= PROBLEM STATEMENT =
In the listing beneath this line, copy exactly the lines starting with the one containing "#139=ORIENTED_EDGE('',*,*,#81,.F.);" and going on through the one containing "#149=ADVANCED_BREP_SHAPE_REPRESENTATION('',(#148),#12);".

= DATASET RECORDS =
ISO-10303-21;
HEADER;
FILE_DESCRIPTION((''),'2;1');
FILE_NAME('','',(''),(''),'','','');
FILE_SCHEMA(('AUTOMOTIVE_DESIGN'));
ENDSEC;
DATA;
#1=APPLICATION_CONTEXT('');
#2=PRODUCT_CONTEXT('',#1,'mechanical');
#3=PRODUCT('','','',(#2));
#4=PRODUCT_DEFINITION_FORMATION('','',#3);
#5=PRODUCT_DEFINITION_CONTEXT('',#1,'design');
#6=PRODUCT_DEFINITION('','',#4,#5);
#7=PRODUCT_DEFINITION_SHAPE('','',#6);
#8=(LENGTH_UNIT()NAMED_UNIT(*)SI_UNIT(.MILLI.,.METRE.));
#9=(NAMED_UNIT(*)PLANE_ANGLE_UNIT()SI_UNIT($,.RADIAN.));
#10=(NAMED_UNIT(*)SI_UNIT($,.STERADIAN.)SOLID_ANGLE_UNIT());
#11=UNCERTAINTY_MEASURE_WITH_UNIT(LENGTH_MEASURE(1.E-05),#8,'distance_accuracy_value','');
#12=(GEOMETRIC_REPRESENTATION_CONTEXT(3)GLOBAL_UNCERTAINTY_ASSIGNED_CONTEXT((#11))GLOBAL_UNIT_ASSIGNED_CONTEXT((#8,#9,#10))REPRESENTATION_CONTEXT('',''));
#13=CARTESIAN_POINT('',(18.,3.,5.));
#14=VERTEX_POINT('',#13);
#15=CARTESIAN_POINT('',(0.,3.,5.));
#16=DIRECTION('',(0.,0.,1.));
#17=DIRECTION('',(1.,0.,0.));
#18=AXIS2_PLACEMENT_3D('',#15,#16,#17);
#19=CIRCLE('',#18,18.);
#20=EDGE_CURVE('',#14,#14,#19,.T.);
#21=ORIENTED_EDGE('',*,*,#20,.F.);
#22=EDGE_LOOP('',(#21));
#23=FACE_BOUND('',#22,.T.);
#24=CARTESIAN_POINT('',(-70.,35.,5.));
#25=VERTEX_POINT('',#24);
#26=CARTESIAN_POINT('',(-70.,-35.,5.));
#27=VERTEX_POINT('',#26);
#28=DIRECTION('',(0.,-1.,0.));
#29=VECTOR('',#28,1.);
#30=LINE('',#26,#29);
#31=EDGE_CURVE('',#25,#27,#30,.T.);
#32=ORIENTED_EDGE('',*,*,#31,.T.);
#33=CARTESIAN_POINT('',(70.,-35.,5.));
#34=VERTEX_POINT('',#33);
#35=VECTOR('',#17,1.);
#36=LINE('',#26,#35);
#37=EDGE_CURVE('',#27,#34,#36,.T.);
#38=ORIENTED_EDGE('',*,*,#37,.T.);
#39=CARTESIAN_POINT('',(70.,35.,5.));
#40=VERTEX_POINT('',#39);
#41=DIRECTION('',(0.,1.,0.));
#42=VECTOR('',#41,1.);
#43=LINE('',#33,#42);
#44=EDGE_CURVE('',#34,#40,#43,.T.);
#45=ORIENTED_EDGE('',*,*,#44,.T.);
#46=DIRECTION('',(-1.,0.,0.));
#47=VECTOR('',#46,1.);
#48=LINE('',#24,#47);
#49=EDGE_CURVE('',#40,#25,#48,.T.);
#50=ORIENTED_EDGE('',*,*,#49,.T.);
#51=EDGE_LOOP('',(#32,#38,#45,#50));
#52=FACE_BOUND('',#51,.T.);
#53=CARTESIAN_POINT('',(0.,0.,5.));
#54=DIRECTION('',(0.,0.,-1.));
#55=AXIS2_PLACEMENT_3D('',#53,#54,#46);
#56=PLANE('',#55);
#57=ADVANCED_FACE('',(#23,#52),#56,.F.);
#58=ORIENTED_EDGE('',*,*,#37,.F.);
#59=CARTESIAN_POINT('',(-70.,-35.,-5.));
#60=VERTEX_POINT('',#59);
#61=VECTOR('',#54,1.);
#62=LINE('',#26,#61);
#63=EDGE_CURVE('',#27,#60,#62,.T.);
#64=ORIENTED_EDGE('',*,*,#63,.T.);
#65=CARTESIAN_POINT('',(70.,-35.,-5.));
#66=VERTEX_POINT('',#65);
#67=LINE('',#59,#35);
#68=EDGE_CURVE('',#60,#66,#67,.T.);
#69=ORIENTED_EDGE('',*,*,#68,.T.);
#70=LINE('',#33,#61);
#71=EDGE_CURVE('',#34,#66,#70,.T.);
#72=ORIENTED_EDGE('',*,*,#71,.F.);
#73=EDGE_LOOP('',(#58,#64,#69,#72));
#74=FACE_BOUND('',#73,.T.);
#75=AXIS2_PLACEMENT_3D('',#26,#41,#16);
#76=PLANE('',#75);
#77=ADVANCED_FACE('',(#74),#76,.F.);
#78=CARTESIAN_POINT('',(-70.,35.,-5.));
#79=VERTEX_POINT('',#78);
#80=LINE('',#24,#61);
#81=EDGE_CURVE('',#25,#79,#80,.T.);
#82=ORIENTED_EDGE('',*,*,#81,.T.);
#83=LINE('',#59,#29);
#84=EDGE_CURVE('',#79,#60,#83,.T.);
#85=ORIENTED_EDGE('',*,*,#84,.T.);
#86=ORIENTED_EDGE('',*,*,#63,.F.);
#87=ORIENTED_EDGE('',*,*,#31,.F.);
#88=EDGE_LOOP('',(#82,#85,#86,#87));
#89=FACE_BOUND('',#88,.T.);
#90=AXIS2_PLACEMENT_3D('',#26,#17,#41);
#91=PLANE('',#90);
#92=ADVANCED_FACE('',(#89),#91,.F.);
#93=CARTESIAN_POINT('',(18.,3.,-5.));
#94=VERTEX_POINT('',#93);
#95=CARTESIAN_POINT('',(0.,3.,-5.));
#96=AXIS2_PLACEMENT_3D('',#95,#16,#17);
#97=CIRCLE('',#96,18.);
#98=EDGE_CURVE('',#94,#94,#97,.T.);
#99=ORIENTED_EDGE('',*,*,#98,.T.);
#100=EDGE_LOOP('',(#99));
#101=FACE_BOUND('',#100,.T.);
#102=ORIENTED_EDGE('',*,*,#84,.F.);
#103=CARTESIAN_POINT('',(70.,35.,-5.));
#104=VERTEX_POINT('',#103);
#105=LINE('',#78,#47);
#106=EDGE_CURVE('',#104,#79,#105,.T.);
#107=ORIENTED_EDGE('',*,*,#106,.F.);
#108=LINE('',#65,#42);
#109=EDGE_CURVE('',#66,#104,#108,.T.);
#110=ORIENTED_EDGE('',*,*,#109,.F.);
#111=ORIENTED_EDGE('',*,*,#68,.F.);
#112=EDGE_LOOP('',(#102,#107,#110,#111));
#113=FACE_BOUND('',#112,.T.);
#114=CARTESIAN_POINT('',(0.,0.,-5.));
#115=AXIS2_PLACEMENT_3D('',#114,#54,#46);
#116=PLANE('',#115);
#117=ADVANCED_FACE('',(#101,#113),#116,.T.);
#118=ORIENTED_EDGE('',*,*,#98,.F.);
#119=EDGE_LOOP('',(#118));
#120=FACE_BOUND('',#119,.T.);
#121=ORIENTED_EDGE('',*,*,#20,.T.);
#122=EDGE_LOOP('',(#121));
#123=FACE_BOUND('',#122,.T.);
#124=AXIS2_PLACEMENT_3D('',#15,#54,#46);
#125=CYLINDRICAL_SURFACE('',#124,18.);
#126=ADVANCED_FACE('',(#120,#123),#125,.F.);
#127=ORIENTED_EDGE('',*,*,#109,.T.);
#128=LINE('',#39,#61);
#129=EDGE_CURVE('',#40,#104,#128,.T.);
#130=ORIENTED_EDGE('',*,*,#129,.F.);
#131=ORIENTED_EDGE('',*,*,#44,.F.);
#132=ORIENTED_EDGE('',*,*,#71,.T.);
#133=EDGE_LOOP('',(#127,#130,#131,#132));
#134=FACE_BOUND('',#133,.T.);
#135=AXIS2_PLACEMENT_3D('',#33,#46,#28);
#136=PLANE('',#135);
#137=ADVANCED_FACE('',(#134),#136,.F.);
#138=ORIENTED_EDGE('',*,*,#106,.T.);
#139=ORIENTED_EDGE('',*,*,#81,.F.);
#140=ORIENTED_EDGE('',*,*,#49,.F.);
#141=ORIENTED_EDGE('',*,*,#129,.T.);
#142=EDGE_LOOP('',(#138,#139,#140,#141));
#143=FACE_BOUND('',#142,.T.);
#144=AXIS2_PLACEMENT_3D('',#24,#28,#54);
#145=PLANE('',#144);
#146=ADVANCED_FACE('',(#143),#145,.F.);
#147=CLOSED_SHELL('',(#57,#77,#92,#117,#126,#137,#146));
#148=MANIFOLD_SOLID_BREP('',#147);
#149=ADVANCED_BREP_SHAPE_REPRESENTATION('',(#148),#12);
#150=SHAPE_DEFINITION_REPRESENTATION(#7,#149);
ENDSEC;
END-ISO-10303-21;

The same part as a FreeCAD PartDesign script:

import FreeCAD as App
import Part
import Sketcher

V = App.Vector
Q = App.Units.Quantity

doc = App.newDocument("Part")
body = doc.addObject("PartDesign::Body", "Body")

sketch1 = body.newObject("Sketcher::SketchObject", "Sketch")
sketch1.AttachmentSupport = (doc.getObject("XY_Plane"), [""])
sketch1.MapMode = "FlatFace"
sketch1.addGeometry(Part.LineSegment(V(-70, 35, 0), V(-70, -35, 0)), False)
sketch1.addGeometry(Part.LineSegment(V(-70, -35, 0), V(70, -35, 0)), False)
sketch1.addGeometry(Part.LineSegment(V(70, -35, 0), V(70, 35, 0)), False)
sketch1.addGeometry(Part.LineSegment(V(70, 35, 0), V(-70, 35, 0)), False)
sketch1.addGeometry(Part.Circle(V(0, 3, 0), V(0, 0, 1), 18), False)
sketch1.addConstraint(Sketcher.Constraint("Coincident", 0, 2, 1, 1))
sketch1.addConstraint(Sketcher.Constraint("Coincident", 1, 2, 2, 1))
sketch1.addConstraint(Sketcher.Constraint("Coincident", 2, 2, 3, 1))
sketch1.addConstraint(Sketcher.Constraint("Coincident", 3, 2, 0, 1))
sketch1.addConstraint(Sketcher.Constraint("Vertical", 0))
sketch1.addConstraint(Sketcher.Constraint("Horizontal", 1))
sketch1.addConstraint(Sketcher.Constraint("Vertical", 2))
sketch1.addConstraint(Sketcher.Constraint("Horizontal", 3))
sketch1.addConstraint(Sketcher.Constraint("Symmetric", 0, 2, 2, 2, -1, 1))
sketch1.addConstraint(Sketcher.Constraint("PointOnObject", 4, 3, -2))
sketch1.addConstraint(Sketcher.Constraint("Diameter", 4, Q("36 mm")))
sketch1.addConstraint(Sketcher.Constraint("DistanceX", 1, 1, 1, 2, Q("140 mm")))
sketch1.addConstraint(Sketcher.Constraint("DistanceY", 0, 2, 0, 1, Q("70 mm")))
sketch1.addConstraint(Sketcher.Constraint("DistanceY", -1, 1, 4, 3, Q("3 mm")))
pad1 = body.newObject("PartDesign::Pad", "Pad")
pad1.Profile = sketch1
pad1.Length = 10
pad1.Midplane = True

doc.recompute()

= YOUR RESPONSE =
#139=ORIENTED_EDGE('',*,*,#81,.F.);
#140=ORIENTED_EDGE('',*,*,#49,.F.);
#141=ORIENTED_EDGE('',*,*,#129,.T.);
#142=EDGE_LOOP('',(#138,#139,#140,#141));
#143=FACE_BOUND('',#142,.T.);
#144=AXIS2_PLACEMENT_3D('',#24,#28,#54);
#145=PLANE('',#144);
#146=ADVANCED_FACE('',(#143),#145,.F.);
#147=CLOSED_SHELL('',(#57,#77,#92,#117,#126,#137,#146));
#148=MANIFOLD_SOLID_BREP('',#147);
#149=ADVANCED_BREP_SHAPE_REPRESENTATION('',(#148),#12);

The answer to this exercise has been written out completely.